Selasa, 29 Desember 2020 - 04:18 WIB

3 tahun yang lalu

logo

Luapan Kali Lamong, Banjir di Kecamatan Benjeng Lebih Parah Dari Sebelumnya

GRESIK- Warga kecamatan benjeng saat ini di landa kecemasan, karena banjir kali ini lebih besar dari banjir sebelumnya, terjadinya curah hujan semakin deras  sehingga kali lamong tidak bisa menampung air terlalu besar, akhirnya meluber ke permukiman warga.

Dengan kembalinya banjir kali ini yang lebih besar  merendam permukiman dan area persawahan, warga sangat resah karena arus terlalu besar, ada warga yang mencari tempat yang lebih aman untuk menghindari banjir.
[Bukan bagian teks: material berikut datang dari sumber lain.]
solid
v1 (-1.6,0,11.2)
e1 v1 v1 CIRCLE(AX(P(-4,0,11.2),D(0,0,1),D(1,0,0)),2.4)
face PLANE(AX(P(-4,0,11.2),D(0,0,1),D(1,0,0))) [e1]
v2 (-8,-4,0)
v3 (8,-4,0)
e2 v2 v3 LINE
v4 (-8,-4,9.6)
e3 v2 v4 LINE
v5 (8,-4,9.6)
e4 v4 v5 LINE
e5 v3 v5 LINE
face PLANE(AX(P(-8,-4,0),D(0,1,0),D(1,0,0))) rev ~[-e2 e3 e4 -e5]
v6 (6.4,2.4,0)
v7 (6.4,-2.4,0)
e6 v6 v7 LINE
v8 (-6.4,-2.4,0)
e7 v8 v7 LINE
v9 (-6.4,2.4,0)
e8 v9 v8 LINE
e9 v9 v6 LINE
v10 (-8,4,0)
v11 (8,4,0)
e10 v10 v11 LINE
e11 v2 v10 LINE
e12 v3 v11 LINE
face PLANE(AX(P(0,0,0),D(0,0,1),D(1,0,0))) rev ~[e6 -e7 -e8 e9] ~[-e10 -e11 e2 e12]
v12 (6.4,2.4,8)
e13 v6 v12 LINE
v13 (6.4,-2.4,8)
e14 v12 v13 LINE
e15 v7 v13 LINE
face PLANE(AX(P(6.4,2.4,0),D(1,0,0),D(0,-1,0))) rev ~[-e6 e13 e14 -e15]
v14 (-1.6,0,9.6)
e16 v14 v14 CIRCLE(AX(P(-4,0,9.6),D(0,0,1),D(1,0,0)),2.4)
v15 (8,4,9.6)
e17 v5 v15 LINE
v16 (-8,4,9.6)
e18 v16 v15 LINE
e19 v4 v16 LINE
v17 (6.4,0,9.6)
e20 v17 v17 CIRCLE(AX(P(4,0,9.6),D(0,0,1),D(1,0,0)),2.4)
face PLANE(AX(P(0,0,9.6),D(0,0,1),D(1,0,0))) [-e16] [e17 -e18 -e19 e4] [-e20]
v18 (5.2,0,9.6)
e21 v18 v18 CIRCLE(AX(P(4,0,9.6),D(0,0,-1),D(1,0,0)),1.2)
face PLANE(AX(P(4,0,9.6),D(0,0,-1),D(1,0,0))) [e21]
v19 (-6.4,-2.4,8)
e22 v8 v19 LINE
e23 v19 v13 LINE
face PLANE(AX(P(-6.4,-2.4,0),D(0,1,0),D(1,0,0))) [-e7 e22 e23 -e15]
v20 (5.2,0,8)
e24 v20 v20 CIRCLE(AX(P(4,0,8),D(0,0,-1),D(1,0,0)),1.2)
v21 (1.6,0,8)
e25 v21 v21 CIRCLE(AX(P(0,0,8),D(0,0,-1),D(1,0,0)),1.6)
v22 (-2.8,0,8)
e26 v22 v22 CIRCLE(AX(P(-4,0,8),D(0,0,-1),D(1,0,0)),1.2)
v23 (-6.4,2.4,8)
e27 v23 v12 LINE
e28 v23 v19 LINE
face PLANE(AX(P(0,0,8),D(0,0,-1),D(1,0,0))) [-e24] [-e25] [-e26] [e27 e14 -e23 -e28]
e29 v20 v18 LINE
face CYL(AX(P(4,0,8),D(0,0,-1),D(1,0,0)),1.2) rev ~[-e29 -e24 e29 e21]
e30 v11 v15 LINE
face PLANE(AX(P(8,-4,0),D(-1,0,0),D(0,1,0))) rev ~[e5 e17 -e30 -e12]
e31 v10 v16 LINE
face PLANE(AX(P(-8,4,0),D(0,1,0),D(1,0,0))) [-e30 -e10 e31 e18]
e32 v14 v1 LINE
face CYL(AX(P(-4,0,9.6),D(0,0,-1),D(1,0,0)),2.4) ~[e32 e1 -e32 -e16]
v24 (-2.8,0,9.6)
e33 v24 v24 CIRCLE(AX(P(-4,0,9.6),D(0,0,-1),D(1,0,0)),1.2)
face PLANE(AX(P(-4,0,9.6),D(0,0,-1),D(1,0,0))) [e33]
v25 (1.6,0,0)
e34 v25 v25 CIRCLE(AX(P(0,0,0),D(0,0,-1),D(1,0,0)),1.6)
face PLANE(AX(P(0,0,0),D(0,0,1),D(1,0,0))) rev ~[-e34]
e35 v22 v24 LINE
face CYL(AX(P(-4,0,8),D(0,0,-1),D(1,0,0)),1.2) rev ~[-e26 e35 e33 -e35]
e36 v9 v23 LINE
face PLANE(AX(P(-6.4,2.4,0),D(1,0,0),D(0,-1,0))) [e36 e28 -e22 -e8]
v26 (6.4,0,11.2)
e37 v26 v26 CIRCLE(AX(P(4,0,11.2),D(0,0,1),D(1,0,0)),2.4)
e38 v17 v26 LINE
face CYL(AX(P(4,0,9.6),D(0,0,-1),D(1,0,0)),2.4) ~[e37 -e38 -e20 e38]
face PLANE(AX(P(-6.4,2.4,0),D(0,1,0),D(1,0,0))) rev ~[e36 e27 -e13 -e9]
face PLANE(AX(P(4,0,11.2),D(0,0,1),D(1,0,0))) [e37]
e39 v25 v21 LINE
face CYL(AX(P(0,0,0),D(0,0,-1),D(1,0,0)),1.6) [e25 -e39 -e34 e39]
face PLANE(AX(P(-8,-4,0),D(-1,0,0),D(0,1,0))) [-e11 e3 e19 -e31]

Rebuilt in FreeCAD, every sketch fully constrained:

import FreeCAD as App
import Part
import Sketcher


def add_polygon(sketch, points):
    """Adds a closed chain of lines whose ends are joined by coincident constraints."""
    first, n = sketch.GeometryCount, len(points)
    for a, b in zip(points, points[1:] + points[:1]):
        sketch.addGeometry(Part.LineSegment(App.Vector(*a, 0), App.Vector(*b, 0)), False)
    for i in range(n):
        sketch.addConstraint(Sketcher.Constraint("Coincident", first + i, 2, first + (i + 1) % n, 1))

doc = App.newDocument("Part")
body = doc.addObject("PartDesign::Body", "Body")

sketch1 = body.newObject("Sketcher::SketchObject", "Sketch")
sketch1.AttachmentSupport = (doc.getObject("XY_Plane"), [""])
sketch1.MapMode = "FlatFace"
add_polygon(sketch1, [(-8, 4), (-8, -4), (8, -4), (8, 4)])
sketch1.addConstraint([
    Sketcher.Constraint("Vertical", 0),
    Sketcher.Constraint("Horizontal", 1),
    Sketcher.Constraint("Vertical", 2),
    Sketcher.Constraint("Horizontal", 3),
    Sketcher.Constraint("Symmetric", 0, 2, 2, 2, -1, 1),
    Sketcher.Constraint("DistanceX", 1, 1, 1, 2, 16.0),
    Sketcher.Constraint("DistanceY", 0, 2, 0, 1, 8.0),
])
pad1 = body.newObject("PartDesign::Pad", "Pad")
pad1.Profile = sketch1
pad1.Length = 9.6

sketch2 = body.newObject("Sketcher::SketchObject", "Sketch001")
sketch2.AttachmentSupport = (doc.getObject("XY_Plane"), [""])
sketch2.MapMode = "FlatFace"
add_polygon(sketch2, [(-6.4, -2.4), (-6.4, 2.4), (6.4, 2.4), (6.4, -2.4)])
sketch2.addGeometry(Part.Circle(App.Vector(0, 0, 0), App.Vector(0, 0, 1), 1.6), False)
sketch2.addConstraint([
    Sketcher.Constraint("Vertical", 0),
    Sketcher.Constraint("Horizontal", 1),
    Sketcher.Constraint("Vertical", 2),
    Sketcher.Constraint("Horizontal", 3),
    Sketcher.Constraint("Coincident", 4, 3, -1, 1),
    Sketcher.Constraint("Symmetric", 0, 2, 2, 2, -1, 1),
    Sketcher.Constraint("Diameter", 4, 3.2),
    Sketcher.Constraint("DistanceX", 1, 1, 1, 2, 12.8),
    Sketcher.Constraint("DistanceY", 0, 1, 0, 2, 4.8),
])
pocket1 = body.newObject("PartDesign::Pocket", "Pocket")
pocket1.Profile = sketch2
pocket1.Length = 8
pocket1.Reversed = True

sketch3 = body.newObject("Sketcher::SketchObject", "Sketch002")
sketch3.AttachmentSupport = (doc.getObject("XY_Plane"), [""])
sketch3.MapMode = "FlatFace"
sketch3.AttachmentOffset = App.Placement(App.Vector(0, 0, 9.6), App.Rotation())
sketch3.addGeometry([
    Part.Circle(App.Vector(-4, 0, 0), App.Vector(0, 0, 1), 2.4),
    Part.Circle(App.Vector(4, 0, 0), App.Vector(0, 0, 1), 2.4),
], False)
sketch3.addConstraint([
    Sketcher.Constraint("Equal", 0, 1),
    Sketcher.Constraint("Symmetric", 0, 3, 1, 3, -1, 1),
    Sketcher.Constraint("PointOnObject", 0, 3, -1),
    Sketcher.Constraint("Diameter", 0, 4.8),
    Sketcher.Constraint("DistanceX", 0, 3, -1, 1, 4.0),
])
pad2 = body.newObject("PartDesign::Pad", "Pad001")
pad2.Profile = sketch3
pad2.Length = 1.6

sketch4 = body.newObject("Sketcher::SketchObject", "Sketch003")
sketch4.AttachmentSupport = (doc.getObject("XY_Plane"), [""])
sketch4.MapMode = "FlatFace"
sketch4.AttachmentOffset = App.Placement(App.Vector(0, 0, 8), App.Rotation())
sketch4.addGeometry([
    Part.Circle(App.Vector(4, 0, 0), App.Vector(0, 0, 1), 1.2),
    Part.Circle(App.Vector(-4, 0, 0), App.Vector(0, 0, 1), 1.2),
], False)
sketch4.addConstraint([
    Sketcher.Constraint("Equal", 0, 1),
    Sketcher.Constraint("Symmetric", 0, 3, 1, 3, -1, 1),
    Sketcher.Constraint("PointOnObject", 0, 3, -1),
    Sketcher.Constraint("Diameter", 0, 2.4),
    Sketcher.Constraint("DistanceX", -1, 1, 0, 3, 4.0),
])
pocket2 = body.newObject("PartDesign::Pocket", "Pocket001")
pocket2.Profile = sketch4
pocket2.Length = 1.6
pocket2.Reversed = True

doc.recompute()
Bila hujan turun deras di wilayah mojokerto, wilayah lamongan, termasuk Gresik, Kumpul menjadi satu di kali lamong, Mayoritas desa yang menjadi langanan banjir datang akibat limpahan air dari Kali Lamong di Kecamatan Benjeng kabupaten Gresik. 28/12/20.

Beberapa Desa yang terdampak luapan banjir antara lain Desa Sedapur kelagen, Desa Delik Sumber, Desa Kedung Rukem,Desa Sirnoboyo, Desa munggu Gianti, Desa Bulurejo, Desa Bulang Kulon, Desa Lundo, Desa Karangan Kidul dan banyak Desa Kedung Sekar, Desa Kelampok, dan Desa lainya yang mengalami banjir.

“Dimana area perkampungan dan Perumahan Batara tergenang banjir dengan ketinggian air 70 cm sampai 100 cm hinga 150cm. Selanjutnya, Selain permukiman, Dan area sawah di wilayah kecamatan Benjeng juga tergenang banjir, sehinga para petani banyak mengalami kerugian materi yang sangat besar,” Ucap warga sekitar.

“Disetiap hujan turun deras, wilayah kecamatan Benjeng pasti terjadi banjir besar dan pasti itu, warga sekitar sangat resah karena tidak bisa beraktifitas untuk bekerja, sehinga menuggu sampai banjir usai karena akses jalan tidak bisa di lewati dengan kendaraan bermotor,” ucap Sriyono warga gluran ploso.

Semakin air yang terus meluap semakin tinggi, jalan raya mulai Kedung rukem sampai jalan Kacangan Desa Bulurejo di tutup total, dimana ketinggian air di jalan depan Kantor PLN Benjeng mencapai 1 meter.

Dengan ini, warga masyarakat kecamatan  benjeng , kecamatan balong panggang, kecamatan cerme, kecamatan mengganti, mengharap kepada pemerintah daerah maupun propinsi atau pusat agar dapat mencarikan solusi, Agar masyarakat yang terdampak banjir di desa-desanya. Seperti yang di pinggiran kali lamong, bisa hidup tenang. ucap warga sekitar.

Dalam terjadinya banjir terkadang membawa korban, seperti banjir sebelumnya, selain itu juga tidak bisa beraktifitas dan menggangu ekonomi warga, dan banyak petani mengeluh, karena habis tanam terkena banjir.